- Opening Delimiter -

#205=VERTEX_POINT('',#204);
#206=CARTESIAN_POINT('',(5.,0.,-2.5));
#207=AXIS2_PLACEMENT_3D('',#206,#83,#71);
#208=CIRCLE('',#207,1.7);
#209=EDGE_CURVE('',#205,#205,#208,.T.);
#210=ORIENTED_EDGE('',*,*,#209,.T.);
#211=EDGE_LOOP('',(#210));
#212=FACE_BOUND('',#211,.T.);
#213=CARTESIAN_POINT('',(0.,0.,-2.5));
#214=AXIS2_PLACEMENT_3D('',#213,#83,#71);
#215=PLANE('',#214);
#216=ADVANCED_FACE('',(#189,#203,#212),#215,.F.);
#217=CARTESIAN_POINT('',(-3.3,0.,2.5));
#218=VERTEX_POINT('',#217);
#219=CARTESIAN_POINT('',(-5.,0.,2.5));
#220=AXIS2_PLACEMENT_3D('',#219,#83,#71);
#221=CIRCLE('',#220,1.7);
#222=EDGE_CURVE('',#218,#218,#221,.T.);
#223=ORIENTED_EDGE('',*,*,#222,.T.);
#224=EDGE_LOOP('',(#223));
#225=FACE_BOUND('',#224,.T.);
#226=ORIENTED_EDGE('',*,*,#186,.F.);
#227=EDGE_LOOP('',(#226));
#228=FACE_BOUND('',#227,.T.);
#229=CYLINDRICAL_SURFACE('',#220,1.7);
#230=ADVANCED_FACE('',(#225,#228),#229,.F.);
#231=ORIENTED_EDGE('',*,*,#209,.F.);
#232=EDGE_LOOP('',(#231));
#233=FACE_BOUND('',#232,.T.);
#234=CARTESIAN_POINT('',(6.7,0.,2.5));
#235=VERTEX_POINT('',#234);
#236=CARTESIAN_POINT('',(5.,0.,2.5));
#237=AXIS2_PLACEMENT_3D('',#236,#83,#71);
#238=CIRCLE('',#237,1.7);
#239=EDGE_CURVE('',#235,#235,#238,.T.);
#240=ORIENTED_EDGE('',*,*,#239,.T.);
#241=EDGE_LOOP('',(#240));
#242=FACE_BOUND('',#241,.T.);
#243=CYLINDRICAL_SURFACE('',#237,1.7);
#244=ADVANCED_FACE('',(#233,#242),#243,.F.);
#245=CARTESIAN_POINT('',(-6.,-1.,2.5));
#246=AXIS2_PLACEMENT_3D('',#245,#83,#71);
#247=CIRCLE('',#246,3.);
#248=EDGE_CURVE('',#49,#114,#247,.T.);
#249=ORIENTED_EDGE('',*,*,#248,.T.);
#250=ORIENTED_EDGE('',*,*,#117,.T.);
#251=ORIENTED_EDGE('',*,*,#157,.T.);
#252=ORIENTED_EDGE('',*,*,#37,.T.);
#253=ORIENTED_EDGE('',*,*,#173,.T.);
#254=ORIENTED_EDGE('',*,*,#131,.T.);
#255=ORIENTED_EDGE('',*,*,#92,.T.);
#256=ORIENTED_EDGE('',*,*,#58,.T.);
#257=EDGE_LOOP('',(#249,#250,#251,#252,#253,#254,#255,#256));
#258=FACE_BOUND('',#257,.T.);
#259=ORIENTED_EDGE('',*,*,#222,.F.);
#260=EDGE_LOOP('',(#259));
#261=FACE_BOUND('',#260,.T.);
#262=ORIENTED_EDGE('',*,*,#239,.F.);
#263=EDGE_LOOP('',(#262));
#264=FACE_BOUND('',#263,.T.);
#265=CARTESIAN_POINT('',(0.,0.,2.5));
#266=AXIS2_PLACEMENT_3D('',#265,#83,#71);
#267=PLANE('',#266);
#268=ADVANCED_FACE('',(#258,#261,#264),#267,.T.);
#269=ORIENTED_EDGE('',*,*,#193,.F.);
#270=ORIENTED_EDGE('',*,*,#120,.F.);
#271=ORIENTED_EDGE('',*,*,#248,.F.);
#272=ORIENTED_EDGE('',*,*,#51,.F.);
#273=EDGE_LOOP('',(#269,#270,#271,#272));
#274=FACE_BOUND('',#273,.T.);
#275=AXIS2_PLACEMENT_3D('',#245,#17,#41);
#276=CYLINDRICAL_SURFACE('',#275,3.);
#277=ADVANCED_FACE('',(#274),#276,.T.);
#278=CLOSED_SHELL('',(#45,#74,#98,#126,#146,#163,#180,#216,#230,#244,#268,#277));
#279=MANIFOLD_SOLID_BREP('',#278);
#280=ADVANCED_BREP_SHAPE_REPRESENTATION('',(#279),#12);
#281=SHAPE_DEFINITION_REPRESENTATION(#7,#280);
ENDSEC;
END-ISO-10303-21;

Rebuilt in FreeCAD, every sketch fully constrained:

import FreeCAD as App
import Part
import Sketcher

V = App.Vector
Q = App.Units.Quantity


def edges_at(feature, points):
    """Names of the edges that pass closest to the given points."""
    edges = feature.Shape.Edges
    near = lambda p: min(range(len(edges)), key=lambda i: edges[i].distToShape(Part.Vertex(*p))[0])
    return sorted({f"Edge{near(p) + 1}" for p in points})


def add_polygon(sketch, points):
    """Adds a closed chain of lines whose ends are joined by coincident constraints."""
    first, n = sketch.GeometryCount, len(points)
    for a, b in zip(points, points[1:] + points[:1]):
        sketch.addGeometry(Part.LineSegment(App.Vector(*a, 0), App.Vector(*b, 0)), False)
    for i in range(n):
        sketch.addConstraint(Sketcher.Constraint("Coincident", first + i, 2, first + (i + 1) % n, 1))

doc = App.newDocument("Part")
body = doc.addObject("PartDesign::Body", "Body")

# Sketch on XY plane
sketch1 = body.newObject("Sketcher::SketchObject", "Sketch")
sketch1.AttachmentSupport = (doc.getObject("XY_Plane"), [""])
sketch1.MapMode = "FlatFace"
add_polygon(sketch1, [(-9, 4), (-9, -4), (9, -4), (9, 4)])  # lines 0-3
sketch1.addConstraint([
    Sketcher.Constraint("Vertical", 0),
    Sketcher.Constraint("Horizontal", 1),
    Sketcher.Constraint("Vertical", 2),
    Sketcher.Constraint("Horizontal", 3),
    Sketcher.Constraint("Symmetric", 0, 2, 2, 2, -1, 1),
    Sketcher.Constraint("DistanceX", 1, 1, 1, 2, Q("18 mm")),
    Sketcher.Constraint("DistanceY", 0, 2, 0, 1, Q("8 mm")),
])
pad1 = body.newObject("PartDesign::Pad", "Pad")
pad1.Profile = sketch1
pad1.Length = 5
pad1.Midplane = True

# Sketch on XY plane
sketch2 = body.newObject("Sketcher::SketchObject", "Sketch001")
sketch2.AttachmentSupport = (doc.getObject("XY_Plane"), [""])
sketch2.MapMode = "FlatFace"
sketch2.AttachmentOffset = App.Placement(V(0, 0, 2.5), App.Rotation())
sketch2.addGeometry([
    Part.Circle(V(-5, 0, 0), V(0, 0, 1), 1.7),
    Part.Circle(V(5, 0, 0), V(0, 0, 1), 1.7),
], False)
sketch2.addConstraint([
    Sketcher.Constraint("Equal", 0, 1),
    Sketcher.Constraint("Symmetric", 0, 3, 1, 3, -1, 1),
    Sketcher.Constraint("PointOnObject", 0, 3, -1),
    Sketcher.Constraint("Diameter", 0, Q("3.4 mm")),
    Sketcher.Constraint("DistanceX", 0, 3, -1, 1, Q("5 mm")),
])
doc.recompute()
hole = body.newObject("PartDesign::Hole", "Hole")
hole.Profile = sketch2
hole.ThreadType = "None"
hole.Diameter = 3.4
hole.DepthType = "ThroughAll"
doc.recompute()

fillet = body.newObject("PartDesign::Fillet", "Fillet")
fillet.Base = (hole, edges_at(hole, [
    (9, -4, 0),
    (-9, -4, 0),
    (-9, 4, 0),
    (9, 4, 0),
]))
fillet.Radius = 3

- Closing Delimiter -

In the records above, find every line containing the word "AttachmentSupport" and show it.

sketch1.AttachmentSupport = (doc.getObject("XY_Plane"), [""])
sketch2.AttachmentSupport = (doc.getObject("XY_Plane"), [""])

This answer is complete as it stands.